_Exercise goal_. Scan the records beneath this line for the line holding "#106=ORIENTED_EDGE('',*,*,#105,.T.);" and the line holding "#136=ORIENTED_EDGE('',*,*,#135,.T.);", then transcribe exactly those two and all lines between.

_Given data_.

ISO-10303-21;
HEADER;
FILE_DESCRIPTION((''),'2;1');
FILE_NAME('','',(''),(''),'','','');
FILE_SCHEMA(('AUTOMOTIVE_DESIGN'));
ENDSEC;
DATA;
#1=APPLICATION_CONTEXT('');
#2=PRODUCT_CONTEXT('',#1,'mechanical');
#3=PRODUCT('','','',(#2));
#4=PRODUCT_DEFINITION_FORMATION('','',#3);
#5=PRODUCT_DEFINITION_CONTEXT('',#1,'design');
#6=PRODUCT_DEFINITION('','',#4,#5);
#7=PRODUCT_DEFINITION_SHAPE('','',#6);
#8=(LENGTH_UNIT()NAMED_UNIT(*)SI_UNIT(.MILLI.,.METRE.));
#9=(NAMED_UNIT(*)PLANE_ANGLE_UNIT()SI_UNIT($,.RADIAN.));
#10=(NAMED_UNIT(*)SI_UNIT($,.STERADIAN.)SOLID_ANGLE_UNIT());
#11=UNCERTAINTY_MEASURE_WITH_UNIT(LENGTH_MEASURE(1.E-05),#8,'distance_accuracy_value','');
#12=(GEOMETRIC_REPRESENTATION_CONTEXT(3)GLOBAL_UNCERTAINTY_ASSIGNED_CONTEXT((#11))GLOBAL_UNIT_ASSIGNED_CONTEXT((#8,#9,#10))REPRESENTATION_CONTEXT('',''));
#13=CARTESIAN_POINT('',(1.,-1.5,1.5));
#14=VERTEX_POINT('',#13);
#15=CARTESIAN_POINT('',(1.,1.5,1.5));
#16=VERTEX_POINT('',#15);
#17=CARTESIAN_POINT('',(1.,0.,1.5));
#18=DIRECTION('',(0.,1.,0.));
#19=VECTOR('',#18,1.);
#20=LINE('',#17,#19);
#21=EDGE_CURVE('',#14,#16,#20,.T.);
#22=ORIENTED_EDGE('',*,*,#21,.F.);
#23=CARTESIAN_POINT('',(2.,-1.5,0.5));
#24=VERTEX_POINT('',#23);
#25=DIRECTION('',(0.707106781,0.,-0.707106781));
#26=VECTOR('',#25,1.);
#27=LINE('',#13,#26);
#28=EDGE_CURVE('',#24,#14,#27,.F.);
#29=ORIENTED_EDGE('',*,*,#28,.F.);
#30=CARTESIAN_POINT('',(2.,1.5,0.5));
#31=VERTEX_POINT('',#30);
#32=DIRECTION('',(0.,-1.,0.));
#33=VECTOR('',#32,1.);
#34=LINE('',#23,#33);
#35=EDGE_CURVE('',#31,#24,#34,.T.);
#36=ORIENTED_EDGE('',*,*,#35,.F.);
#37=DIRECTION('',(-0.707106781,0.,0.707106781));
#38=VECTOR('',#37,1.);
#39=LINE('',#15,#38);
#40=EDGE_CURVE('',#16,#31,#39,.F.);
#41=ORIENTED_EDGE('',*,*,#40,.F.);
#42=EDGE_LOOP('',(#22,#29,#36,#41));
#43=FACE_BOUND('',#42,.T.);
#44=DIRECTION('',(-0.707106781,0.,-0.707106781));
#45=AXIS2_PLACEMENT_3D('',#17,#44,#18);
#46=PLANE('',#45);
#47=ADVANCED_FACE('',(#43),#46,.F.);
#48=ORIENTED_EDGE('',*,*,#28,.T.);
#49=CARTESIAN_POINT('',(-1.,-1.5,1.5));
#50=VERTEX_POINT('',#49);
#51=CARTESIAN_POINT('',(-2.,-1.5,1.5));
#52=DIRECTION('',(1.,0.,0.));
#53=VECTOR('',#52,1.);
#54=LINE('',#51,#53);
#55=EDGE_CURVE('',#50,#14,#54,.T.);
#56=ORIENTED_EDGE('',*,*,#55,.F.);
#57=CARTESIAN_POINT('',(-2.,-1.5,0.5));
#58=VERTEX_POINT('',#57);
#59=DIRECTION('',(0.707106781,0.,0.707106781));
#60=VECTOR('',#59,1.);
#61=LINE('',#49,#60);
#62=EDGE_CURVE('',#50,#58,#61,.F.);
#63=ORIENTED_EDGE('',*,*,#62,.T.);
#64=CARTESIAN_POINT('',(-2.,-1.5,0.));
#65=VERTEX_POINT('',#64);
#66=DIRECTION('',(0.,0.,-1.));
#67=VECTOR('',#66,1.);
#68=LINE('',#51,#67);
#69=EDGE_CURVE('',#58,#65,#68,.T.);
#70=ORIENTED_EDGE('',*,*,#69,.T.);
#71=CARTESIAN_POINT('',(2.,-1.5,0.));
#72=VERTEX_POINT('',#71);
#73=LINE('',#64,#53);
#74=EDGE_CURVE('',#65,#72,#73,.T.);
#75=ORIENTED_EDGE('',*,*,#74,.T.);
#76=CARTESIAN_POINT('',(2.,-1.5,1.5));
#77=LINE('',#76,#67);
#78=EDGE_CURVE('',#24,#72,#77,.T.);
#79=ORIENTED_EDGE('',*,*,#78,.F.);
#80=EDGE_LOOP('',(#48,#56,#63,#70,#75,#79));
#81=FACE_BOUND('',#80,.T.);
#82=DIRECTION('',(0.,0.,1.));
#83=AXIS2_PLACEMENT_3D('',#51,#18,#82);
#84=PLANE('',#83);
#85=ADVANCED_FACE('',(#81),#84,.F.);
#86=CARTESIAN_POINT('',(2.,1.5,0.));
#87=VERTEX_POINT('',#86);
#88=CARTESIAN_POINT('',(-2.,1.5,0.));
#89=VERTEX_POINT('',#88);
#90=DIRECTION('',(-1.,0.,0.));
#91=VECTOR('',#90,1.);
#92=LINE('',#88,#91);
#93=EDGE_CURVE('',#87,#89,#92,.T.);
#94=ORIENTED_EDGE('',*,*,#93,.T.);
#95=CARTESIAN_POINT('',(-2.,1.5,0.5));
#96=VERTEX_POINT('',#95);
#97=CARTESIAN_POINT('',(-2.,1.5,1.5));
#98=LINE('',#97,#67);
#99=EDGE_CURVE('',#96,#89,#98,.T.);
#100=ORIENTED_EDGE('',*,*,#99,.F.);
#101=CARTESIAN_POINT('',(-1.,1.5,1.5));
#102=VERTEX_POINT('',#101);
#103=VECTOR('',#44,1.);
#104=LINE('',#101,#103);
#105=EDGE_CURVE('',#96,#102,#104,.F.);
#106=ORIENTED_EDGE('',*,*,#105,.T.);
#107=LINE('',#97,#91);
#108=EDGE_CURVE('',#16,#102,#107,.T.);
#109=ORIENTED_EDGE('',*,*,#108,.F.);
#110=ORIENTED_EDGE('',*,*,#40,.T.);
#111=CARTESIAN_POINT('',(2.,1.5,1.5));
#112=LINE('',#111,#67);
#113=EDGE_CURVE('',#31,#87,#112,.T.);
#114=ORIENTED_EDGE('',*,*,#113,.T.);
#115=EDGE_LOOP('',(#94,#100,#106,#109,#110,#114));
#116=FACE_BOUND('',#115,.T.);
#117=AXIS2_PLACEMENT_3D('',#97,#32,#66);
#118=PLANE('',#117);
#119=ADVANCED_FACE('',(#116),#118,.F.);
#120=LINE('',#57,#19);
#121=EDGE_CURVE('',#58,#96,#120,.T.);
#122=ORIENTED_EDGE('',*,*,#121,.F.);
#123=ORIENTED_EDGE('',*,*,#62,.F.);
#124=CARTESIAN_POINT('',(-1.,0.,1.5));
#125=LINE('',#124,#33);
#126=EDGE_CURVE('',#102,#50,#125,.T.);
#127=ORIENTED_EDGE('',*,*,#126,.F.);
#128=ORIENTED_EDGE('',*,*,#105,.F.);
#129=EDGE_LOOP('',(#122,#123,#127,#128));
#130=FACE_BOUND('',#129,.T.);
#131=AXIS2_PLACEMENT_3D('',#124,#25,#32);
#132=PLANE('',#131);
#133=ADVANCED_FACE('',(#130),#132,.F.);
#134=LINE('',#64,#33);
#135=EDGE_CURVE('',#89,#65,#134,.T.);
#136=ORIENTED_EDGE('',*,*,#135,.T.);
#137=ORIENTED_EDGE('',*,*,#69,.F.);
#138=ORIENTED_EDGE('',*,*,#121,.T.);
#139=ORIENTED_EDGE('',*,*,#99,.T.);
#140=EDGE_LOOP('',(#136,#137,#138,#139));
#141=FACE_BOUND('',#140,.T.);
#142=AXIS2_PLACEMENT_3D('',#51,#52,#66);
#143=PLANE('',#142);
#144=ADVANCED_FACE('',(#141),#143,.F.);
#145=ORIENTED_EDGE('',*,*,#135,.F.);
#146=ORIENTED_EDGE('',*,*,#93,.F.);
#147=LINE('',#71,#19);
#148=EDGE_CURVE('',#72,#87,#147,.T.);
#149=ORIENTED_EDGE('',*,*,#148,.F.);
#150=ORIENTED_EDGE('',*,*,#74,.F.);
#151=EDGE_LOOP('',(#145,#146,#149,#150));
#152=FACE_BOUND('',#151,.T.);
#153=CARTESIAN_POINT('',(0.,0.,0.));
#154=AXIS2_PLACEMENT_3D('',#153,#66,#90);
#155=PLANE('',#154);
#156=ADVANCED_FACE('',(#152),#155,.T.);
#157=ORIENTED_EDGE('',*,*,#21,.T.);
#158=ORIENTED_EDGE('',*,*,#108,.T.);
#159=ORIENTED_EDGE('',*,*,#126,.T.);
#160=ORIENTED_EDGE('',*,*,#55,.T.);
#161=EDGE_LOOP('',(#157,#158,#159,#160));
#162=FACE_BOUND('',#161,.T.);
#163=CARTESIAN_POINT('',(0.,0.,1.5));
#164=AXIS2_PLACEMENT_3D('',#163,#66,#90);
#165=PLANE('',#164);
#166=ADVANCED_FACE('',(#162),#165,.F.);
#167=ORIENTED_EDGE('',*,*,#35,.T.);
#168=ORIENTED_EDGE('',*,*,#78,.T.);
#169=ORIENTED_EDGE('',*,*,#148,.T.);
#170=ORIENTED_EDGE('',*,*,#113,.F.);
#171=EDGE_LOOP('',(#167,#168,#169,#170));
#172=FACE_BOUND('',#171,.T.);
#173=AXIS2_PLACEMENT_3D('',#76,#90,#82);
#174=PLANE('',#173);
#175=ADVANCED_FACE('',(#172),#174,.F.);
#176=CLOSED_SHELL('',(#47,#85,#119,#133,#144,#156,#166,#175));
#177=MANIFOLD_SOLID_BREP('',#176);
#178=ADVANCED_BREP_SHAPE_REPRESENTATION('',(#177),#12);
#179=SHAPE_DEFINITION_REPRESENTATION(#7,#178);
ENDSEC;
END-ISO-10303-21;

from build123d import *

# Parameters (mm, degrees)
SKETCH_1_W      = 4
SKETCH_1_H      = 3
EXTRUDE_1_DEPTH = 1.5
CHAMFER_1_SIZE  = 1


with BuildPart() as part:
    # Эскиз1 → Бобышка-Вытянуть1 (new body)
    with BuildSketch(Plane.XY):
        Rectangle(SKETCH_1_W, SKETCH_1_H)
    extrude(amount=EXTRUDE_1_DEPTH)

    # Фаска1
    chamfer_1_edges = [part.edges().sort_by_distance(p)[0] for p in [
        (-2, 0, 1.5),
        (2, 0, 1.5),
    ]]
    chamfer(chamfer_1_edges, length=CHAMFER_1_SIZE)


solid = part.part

* * *

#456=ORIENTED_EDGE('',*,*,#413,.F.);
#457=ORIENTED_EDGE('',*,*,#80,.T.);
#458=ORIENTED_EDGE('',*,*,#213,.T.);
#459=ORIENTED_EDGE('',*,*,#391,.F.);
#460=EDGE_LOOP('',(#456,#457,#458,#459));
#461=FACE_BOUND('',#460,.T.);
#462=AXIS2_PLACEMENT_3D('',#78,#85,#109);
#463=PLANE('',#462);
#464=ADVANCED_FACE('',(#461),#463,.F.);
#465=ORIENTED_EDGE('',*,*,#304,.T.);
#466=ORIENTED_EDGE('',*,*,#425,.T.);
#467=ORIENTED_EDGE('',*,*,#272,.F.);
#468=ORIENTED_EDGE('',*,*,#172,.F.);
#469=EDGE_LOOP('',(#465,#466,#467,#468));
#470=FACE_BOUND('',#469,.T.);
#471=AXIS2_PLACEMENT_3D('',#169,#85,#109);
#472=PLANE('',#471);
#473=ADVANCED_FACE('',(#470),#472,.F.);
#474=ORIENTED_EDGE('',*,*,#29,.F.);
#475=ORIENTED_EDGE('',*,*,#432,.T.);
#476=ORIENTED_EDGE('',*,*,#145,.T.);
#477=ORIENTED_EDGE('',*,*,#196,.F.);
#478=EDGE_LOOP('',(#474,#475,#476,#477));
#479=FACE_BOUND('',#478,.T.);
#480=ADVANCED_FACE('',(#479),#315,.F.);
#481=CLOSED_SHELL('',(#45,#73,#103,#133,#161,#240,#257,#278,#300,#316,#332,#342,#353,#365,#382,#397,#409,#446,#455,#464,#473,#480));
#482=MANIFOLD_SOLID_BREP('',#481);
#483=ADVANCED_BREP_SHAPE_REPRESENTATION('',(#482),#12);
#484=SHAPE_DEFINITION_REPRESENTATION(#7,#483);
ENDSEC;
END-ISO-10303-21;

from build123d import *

--

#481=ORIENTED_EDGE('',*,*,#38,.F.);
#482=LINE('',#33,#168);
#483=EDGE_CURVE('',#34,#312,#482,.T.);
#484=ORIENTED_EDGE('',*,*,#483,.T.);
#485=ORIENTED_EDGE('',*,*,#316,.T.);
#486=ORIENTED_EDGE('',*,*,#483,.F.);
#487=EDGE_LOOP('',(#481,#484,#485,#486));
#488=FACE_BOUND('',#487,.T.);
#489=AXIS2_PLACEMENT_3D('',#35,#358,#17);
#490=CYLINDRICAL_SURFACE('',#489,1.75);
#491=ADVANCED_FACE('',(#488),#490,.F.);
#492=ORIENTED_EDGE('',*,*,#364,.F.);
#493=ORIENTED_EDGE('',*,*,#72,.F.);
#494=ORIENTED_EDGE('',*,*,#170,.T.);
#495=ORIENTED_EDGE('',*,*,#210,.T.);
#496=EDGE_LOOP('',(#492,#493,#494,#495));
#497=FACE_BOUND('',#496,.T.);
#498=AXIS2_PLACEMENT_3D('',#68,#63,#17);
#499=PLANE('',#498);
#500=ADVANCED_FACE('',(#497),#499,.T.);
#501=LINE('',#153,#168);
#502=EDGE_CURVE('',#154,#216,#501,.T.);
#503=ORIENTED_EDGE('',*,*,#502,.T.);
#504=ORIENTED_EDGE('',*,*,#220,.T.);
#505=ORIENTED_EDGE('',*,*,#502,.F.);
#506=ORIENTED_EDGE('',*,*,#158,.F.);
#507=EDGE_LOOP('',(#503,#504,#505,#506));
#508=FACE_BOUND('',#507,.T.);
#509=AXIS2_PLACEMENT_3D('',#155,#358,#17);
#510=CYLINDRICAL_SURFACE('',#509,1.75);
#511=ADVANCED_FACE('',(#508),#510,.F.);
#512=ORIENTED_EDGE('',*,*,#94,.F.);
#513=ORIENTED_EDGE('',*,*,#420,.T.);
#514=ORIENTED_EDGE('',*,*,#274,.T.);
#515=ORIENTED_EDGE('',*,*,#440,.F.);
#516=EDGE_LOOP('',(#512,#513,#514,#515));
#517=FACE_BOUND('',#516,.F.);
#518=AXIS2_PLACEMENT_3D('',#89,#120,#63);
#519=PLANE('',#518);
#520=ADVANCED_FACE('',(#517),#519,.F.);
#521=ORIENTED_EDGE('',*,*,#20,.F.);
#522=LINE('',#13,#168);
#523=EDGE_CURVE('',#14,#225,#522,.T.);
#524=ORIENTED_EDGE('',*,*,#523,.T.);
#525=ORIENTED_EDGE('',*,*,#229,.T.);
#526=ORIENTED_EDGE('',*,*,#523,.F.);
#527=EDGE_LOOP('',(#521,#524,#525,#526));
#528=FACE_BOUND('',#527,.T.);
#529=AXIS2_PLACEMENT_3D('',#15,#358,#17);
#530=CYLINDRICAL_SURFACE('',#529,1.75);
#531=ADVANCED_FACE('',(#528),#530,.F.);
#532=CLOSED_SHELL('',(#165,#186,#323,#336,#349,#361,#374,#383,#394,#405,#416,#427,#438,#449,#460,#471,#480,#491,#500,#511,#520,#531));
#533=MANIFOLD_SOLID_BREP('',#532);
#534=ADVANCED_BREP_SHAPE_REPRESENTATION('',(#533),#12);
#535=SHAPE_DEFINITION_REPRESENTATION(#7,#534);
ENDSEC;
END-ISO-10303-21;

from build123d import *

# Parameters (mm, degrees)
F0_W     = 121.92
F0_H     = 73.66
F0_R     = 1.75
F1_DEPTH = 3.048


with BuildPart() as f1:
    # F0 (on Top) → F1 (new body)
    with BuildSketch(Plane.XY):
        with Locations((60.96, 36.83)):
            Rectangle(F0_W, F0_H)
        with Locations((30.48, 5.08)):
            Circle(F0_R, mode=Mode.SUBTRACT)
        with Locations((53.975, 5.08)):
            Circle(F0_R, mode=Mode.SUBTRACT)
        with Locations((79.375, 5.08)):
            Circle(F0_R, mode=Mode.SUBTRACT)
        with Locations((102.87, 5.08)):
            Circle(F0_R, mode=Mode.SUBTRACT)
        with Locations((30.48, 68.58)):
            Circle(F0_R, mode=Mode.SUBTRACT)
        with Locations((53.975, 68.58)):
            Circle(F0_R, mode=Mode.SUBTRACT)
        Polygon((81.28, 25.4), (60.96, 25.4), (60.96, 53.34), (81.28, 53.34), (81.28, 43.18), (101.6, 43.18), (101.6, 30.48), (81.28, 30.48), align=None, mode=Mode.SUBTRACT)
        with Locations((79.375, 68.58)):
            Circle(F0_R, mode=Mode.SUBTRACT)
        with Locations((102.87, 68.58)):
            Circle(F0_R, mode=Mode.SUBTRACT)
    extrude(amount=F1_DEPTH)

_Written response_.
#106=ORIENTED_EDGE('',*,*,#105,.T.);
#107=LINE('',#97,#91);
#108=EDGE_CURVE('',#16,#102,#107,.T.);
#109=ORIENTED_EDGE('',*,*,#108,.F.);
#110=ORIENTED_EDGE('',*,*,#40,.T.);
#111=CARTESIAN_POINT('',(2.,1.5,1.5));
#112=LINE('',#111,#67);
#113=EDGE_CURVE('',#31,#87,#112,.T.);
#114=ORIENTED_EDGE('',*,*,#113,.T.);
#115=EDGE_LOOP('',(#94,#100,#106,#109,#110,#114));
#116=FACE_BOUND('',#115,.T.);
#117=AXIS2_PLACEMENT_3D('',#97,#32,#66);
#118=PLANE('',#117);
#119=ADVANCED_FACE('',(#116),#118,.F.);
#120=LINE('',#57,#19);
#121=EDGE_CURVE('',#58,#96,#120,.T.);
#122=ORIENTED_EDGE('',*,*,#121,.F.);
#123=ORIENTED_EDGE('',*,*,#62,.F.);
#124=CARTESIAN_POINT('',(-1.,0.,1.5));
#125=LINE('',#124,#33);
#126=EDGE_CURVE('',#102,#50,#125,.T.);
#127=ORIENTED_EDGE('',*,*,#126,.F.);
#128=ORIENTED_EDGE('',*,*,#105,.F.);
#129=EDGE_LOOP('',(#122,#123,#127,#128));
#130=FACE_BOUND('',#129,.T.);
#131=AXIS2_PLACEMENT_3D('',#124,#25,#32);
#132=PLANE('',#131);
#133=ADVANCED_FACE('',(#130),#132,.F.);
#134=LINE('',#64,#33);
#135=EDGE_CURVE('',#89,#65,#134,.T.);
#136=ORIENTED_EDGE('',*,*,#135,.T.);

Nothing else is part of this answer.